Your goal: From the data below, retype exactly the lines starting with the one that contains "#424=PLANE('',#423);" and ending with the one that contains "#465=ORIENTED_EDGE('',*,*,#331,.F.);", both included.

Extracted data entries
***
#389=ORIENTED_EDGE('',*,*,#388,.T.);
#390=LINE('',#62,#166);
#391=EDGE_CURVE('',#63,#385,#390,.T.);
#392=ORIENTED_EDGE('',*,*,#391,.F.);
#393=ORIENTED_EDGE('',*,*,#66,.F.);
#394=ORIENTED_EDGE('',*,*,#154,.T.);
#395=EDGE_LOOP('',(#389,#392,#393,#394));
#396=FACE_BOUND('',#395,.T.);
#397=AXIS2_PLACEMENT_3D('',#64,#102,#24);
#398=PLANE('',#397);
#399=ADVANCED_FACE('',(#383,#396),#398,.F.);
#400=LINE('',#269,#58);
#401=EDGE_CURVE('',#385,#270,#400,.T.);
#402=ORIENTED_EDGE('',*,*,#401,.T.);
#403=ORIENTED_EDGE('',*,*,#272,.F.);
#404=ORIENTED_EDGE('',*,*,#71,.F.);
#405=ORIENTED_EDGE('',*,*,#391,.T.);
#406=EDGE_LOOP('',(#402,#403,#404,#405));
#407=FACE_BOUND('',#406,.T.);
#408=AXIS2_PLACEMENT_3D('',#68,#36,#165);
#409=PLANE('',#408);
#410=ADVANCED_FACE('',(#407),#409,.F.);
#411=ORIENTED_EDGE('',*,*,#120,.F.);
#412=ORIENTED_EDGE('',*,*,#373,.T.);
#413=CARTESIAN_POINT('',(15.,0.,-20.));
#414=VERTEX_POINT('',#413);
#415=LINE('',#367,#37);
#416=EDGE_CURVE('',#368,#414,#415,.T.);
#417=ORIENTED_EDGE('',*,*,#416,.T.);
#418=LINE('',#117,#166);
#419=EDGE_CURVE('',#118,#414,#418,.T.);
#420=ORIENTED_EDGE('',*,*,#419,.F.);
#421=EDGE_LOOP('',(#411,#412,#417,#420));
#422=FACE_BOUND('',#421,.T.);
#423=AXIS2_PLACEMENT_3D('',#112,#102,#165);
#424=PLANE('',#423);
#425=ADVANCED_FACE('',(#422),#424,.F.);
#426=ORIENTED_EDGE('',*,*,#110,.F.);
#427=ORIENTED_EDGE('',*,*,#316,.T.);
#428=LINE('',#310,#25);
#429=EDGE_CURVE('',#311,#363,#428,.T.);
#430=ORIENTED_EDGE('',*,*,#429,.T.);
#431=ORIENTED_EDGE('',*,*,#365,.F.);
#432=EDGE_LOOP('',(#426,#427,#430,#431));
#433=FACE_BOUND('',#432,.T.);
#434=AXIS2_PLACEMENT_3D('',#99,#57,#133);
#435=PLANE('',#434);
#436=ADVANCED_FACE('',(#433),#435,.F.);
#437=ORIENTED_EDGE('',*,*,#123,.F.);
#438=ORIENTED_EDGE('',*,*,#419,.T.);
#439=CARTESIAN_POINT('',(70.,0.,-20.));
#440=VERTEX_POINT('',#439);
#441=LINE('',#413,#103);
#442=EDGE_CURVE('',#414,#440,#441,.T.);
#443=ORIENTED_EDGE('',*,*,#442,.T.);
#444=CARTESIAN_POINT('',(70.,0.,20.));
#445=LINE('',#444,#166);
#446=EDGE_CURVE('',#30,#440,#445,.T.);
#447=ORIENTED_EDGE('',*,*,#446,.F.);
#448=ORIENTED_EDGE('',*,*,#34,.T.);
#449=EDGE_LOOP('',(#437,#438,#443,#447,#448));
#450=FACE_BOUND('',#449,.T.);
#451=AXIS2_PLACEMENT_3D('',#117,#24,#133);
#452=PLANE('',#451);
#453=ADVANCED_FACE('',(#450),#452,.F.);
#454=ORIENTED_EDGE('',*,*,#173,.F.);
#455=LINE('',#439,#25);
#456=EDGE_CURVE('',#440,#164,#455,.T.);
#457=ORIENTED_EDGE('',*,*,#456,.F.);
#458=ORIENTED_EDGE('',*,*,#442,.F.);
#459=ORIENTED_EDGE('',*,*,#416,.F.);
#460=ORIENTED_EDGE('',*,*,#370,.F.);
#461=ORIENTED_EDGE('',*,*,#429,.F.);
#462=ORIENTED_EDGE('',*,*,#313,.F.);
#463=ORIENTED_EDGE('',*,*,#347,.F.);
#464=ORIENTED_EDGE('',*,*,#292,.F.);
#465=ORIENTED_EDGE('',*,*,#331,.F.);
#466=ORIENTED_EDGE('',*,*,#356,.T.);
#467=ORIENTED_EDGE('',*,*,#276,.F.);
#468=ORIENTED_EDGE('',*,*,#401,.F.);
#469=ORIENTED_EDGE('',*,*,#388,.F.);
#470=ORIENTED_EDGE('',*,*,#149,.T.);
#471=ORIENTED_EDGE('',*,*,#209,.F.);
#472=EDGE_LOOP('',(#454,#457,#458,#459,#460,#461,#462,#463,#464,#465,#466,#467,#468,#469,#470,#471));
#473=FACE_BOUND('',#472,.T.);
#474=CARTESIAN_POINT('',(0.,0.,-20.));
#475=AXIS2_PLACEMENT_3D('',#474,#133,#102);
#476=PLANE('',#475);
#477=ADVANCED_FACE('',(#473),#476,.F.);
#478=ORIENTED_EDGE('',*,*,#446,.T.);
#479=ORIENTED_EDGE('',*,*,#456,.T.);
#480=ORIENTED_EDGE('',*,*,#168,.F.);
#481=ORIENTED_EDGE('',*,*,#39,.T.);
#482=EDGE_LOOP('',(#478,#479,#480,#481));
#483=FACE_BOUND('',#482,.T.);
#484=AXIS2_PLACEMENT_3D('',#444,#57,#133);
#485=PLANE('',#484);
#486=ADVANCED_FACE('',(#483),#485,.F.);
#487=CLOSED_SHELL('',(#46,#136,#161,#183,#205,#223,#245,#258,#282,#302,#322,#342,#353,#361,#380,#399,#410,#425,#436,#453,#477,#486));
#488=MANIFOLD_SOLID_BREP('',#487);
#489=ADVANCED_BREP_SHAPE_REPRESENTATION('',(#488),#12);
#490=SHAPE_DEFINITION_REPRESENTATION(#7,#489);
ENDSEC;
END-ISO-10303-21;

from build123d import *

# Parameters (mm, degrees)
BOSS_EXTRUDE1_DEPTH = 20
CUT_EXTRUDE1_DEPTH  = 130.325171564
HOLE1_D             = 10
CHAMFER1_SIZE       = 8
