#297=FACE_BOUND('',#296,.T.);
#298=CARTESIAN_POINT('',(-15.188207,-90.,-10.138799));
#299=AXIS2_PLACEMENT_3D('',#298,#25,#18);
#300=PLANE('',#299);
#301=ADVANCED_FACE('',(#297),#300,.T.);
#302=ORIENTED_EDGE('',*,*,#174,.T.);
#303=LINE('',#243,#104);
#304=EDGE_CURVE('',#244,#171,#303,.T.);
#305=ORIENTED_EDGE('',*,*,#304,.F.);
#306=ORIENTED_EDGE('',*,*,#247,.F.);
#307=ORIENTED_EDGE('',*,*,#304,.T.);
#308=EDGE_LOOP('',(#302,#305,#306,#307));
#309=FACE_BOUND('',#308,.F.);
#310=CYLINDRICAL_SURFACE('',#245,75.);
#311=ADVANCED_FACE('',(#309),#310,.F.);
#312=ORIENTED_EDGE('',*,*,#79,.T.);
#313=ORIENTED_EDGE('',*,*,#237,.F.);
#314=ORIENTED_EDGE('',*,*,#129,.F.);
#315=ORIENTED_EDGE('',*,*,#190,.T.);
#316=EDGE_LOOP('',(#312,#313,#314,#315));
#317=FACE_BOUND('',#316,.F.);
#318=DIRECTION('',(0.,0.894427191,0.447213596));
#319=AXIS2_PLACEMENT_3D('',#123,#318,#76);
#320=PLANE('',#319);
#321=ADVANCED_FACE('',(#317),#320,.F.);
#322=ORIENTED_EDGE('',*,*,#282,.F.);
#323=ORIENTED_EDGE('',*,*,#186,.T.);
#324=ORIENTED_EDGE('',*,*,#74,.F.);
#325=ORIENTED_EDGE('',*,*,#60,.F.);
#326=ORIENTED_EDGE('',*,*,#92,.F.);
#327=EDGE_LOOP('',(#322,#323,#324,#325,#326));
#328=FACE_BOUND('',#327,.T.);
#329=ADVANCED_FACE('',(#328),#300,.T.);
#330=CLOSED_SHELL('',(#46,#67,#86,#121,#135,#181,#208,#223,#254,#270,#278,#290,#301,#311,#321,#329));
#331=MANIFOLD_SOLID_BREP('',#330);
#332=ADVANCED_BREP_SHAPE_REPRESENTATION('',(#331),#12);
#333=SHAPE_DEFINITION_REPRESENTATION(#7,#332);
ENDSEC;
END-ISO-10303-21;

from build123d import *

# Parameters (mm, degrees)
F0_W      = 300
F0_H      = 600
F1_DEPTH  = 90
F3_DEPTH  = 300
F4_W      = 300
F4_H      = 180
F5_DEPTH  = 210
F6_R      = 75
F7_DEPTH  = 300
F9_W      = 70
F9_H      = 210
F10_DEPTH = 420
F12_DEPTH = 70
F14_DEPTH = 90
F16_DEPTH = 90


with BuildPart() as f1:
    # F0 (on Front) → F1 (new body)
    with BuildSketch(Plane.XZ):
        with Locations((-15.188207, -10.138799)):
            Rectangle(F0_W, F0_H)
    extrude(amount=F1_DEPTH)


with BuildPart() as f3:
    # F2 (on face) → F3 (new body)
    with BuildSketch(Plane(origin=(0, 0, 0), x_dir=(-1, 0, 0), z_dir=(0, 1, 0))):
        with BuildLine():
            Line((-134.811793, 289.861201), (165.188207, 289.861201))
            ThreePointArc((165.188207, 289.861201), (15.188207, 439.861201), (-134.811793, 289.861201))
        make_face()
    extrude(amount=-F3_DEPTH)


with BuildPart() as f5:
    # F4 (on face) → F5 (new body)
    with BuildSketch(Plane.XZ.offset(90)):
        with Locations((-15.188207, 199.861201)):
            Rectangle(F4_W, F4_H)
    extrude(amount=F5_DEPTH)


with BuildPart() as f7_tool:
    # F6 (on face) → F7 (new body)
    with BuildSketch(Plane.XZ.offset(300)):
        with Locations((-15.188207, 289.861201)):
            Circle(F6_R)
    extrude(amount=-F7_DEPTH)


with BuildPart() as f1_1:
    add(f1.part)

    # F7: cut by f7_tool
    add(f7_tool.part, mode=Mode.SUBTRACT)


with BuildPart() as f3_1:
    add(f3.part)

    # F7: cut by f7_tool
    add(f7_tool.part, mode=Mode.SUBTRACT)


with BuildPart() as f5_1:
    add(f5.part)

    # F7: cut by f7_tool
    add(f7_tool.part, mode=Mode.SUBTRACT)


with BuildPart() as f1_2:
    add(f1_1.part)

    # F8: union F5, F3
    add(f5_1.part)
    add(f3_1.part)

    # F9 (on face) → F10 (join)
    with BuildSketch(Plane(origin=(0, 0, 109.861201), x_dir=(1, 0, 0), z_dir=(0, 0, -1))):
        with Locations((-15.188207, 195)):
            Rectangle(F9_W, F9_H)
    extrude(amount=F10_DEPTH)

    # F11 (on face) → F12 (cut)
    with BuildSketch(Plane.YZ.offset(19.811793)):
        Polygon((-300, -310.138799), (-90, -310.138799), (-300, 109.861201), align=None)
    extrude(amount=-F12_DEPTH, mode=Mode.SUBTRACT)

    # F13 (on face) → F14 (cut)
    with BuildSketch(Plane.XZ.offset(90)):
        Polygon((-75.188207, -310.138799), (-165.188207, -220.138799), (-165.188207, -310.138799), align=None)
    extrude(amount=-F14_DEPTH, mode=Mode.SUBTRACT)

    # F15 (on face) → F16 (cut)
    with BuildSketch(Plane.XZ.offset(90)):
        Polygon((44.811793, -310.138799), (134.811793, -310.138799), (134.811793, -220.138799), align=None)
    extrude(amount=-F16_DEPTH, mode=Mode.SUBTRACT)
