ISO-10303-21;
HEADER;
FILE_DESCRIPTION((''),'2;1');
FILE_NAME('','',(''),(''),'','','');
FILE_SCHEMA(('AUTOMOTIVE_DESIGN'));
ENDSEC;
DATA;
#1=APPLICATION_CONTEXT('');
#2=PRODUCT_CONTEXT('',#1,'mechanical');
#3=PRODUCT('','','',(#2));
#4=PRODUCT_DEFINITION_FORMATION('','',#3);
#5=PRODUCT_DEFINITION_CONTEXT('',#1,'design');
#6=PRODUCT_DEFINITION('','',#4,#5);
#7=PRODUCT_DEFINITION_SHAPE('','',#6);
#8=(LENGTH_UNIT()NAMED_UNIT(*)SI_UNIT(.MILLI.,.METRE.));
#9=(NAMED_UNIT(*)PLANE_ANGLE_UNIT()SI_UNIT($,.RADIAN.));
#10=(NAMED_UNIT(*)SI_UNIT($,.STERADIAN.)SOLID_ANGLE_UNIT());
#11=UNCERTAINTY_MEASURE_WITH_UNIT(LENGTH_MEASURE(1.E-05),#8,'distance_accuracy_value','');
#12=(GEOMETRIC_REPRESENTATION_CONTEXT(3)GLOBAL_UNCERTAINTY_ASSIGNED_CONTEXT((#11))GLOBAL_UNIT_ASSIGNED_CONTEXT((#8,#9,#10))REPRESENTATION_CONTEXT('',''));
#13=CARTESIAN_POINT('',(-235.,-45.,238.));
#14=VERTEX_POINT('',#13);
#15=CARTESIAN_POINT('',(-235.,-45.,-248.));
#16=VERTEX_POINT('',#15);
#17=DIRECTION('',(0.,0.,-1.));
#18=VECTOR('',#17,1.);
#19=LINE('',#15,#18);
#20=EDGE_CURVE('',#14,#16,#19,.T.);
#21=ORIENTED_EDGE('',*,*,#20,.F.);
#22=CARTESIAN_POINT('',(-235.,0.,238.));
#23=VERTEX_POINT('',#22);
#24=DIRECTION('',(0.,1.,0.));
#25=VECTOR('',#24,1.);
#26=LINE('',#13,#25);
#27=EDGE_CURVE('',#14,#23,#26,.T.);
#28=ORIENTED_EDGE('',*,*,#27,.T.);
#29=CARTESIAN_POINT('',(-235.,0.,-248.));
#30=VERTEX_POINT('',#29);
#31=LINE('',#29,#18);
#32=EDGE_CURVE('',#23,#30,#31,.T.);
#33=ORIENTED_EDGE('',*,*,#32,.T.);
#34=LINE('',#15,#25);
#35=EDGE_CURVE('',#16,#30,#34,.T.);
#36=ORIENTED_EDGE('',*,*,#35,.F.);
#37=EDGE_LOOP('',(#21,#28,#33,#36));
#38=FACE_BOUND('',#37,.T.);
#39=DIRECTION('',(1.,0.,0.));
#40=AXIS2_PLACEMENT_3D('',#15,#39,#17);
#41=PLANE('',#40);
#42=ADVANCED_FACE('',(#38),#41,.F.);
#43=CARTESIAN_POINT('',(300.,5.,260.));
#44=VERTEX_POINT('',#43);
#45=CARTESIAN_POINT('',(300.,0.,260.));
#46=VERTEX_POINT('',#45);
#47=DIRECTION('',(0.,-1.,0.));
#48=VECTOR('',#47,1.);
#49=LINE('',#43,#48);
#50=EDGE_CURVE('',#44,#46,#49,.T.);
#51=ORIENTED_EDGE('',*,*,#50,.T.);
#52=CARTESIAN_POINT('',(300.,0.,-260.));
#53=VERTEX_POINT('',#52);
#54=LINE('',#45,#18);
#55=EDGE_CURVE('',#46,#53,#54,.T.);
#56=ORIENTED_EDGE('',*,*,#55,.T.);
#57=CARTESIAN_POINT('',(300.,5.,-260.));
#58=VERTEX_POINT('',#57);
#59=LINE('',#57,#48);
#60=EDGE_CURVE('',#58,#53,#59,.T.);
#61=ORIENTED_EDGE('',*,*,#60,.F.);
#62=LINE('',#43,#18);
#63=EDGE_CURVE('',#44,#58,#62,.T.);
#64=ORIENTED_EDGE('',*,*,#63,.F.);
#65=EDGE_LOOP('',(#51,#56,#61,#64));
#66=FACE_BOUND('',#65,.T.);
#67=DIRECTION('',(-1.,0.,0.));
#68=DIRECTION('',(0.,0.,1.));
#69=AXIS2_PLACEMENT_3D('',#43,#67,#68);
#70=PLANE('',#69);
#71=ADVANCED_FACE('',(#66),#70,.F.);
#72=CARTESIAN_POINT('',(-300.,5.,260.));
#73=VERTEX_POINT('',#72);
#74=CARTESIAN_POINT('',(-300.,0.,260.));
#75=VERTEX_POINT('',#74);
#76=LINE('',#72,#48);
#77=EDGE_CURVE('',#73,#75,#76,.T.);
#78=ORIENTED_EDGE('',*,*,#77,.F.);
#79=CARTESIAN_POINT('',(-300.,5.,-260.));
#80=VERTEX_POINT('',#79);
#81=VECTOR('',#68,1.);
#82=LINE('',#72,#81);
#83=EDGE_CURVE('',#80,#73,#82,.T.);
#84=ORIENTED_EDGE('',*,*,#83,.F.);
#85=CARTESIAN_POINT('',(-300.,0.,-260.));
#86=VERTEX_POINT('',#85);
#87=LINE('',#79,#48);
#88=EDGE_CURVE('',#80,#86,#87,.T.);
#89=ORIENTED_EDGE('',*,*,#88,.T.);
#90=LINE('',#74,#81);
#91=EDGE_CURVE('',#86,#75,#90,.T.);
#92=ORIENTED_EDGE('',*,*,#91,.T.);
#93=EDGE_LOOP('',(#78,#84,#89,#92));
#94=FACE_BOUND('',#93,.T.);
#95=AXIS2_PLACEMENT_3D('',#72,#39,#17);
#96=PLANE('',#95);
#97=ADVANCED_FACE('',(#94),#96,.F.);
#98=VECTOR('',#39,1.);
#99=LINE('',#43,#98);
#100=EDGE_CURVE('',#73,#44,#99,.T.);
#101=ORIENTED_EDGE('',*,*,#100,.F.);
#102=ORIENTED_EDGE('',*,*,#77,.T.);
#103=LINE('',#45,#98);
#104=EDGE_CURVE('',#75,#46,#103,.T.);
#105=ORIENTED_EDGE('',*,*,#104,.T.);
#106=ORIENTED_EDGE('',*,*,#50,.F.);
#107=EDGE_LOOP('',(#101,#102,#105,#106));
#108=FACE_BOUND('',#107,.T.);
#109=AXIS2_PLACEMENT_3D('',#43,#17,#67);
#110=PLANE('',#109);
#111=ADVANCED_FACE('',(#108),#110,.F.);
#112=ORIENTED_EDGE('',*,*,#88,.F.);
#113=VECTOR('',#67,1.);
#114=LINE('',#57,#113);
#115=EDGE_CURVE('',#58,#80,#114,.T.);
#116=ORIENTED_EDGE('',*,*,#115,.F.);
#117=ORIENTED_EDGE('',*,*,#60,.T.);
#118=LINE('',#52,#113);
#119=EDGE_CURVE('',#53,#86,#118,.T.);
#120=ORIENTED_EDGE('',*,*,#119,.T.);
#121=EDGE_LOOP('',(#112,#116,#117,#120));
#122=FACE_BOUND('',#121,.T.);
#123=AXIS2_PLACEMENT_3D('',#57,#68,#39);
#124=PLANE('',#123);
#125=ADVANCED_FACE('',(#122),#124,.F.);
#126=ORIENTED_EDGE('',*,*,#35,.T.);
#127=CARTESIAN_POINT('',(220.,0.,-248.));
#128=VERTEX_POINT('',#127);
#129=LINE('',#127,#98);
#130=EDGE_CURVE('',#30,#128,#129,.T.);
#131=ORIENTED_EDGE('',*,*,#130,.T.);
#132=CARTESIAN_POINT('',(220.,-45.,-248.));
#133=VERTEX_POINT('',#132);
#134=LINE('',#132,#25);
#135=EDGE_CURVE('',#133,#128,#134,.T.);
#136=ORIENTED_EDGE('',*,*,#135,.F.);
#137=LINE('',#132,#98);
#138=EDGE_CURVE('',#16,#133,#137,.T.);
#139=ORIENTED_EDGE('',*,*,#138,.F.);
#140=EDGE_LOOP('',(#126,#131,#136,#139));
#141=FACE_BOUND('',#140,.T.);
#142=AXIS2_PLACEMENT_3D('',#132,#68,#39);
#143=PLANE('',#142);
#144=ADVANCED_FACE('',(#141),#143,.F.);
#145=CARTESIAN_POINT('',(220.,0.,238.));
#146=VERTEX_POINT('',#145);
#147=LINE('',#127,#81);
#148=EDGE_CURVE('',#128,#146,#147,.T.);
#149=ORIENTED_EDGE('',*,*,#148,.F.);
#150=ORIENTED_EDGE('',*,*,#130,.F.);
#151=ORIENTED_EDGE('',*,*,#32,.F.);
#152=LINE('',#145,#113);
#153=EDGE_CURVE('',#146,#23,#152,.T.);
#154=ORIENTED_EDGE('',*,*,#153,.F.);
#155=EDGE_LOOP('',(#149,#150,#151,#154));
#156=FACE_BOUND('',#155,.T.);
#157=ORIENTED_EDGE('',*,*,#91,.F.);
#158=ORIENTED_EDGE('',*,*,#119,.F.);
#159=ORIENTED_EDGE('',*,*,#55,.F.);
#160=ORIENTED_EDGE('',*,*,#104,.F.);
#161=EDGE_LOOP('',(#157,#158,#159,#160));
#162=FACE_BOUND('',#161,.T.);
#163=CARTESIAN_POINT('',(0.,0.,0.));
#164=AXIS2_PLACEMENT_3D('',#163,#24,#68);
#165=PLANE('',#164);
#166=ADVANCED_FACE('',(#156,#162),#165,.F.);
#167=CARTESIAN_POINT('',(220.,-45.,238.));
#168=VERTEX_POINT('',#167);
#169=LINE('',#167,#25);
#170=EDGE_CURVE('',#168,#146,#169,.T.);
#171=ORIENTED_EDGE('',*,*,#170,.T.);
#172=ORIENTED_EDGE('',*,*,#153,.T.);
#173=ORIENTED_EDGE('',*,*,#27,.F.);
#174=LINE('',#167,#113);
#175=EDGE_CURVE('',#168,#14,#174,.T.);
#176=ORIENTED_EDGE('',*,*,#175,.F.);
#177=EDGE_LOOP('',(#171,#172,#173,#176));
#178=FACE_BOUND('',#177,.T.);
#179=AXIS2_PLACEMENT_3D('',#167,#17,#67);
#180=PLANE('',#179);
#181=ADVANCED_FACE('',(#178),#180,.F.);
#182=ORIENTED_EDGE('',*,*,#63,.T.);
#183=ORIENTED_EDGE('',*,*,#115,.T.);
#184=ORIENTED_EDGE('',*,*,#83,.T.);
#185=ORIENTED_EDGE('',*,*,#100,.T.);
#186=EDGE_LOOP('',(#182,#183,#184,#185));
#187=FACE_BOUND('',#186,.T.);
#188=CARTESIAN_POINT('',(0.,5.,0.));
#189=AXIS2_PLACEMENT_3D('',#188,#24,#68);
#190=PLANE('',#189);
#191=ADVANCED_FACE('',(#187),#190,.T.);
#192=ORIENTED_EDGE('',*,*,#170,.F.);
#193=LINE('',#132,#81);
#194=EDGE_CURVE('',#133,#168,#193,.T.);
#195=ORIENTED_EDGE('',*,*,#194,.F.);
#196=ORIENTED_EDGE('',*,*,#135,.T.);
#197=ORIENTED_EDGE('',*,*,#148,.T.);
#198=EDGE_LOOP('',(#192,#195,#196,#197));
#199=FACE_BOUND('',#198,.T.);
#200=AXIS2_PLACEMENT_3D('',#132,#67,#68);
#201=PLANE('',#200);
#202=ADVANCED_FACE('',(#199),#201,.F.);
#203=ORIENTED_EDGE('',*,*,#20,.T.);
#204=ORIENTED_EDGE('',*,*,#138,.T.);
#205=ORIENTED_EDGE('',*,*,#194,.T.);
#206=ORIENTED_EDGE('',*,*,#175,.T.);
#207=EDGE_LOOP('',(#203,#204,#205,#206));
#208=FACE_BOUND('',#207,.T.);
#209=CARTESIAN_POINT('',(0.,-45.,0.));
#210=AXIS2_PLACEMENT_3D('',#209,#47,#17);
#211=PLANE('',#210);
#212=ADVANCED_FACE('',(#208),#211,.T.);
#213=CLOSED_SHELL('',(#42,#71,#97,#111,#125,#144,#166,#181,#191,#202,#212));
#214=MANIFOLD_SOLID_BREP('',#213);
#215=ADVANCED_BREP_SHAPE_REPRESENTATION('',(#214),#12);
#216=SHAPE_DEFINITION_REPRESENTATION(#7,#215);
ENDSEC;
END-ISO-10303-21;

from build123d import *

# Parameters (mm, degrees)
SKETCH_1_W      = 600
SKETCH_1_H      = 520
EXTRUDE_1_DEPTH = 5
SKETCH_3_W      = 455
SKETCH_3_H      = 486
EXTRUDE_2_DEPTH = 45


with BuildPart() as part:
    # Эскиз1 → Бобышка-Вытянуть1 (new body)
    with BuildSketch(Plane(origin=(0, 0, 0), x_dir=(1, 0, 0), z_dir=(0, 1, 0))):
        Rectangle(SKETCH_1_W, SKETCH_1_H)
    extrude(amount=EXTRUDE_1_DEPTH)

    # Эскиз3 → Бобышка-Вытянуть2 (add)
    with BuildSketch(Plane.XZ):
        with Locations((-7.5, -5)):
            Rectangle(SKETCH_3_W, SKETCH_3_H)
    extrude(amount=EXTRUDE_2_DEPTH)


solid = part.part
***
Completed task:
#424=PLANE('',#423);
#425=ADVANCED_FACE('',(#422),#424,.F.);
#426=ORIENTED_EDGE('',*,*,#110,.F.);
#427=ORIENTED_EDGE('',*,*,#316,.T.);
#428=LINE('',#310,#25);
#429=EDGE_CURVE('',#311,#363,#428,.T.);
#430=ORIENTED_EDGE('',*,*,#429,.T.);
#431=ORIENTED_EDGE('',*,*,#365,.F.);
#432=EDGE_LOOP('',(#426,#427,#430,#431));
#433=FACE_BOUND('',#432,.T.);
#434=AXIS2_PLACEMENT_3D('',#99,#57,#133);
#435=PLANE('',#434);
#436=ADVANCED_FACE('',(#433),#435,.F.);
#437=ORIENTED_EDGE('',*,*,#123,.F.);
#438=ORIENTED_EDGE('',*,*,#419,.T.);
#439=CARTESIAN_POINT('',(70.,0.,-20.));
#440=VERTEX_POINT('',#439);
#441=LINE('',#413,#103);
#442=EDGE_CURVE('',#414,#440,#441,.T.);
#443=ORIENTED_EDGE('',*,*,#442,.T.);
#444=CARTESIAN_POINT('',(70.,0.,20.));
#445=LINE('',#444,#166);
#446=EDGE_CURVE('',#30,#440,#445,.T.);
#447=ORIENTED_EDGE('',*,*,#446,.F.);
#448=ORIENTED_EDGE('',*,*,#34,.T.);
#449=EDGE_LOOP('',(#437,#438,#443,#447,#448));
#450=FACE_BOUND('',#449,.T.);
#451=AXIS2_PLACEMENT_3D('',#117,#24,#133);
#452=PLANE('',#451);
#453=ADVANCED_FACE('',(#450),#452,.F.);
#454=ORIENTED_EDGE('',*,*,#173,.F.);
#455=LINE('',#439,#25);
#456=EDGE_CURVE('',#440,#164,#455,.T.);
#457=ORIENTED_EDGE('',*,*,#456,.F.);
#458=ORIENTED_EDGE('',*,*,#442,.F.);
#459=ORIENTED_EDGE('',*,*,#416,.F.);
#460=ORIENTED_EDGE('',*,*,#370,.F.);
#461=ORIENTED_EDGE('',*,*,#429,.F.);
#462=ORIENTED_EDGE('',*,*,#313,.F.);
#463=ORIENTED_EDGE('',*,*,#347,.F.);
#464=ORIENTED_EDGE('',*,*,#292,.F.);
#465=ORIENTED_EDGE('',*,*,#331,.F.);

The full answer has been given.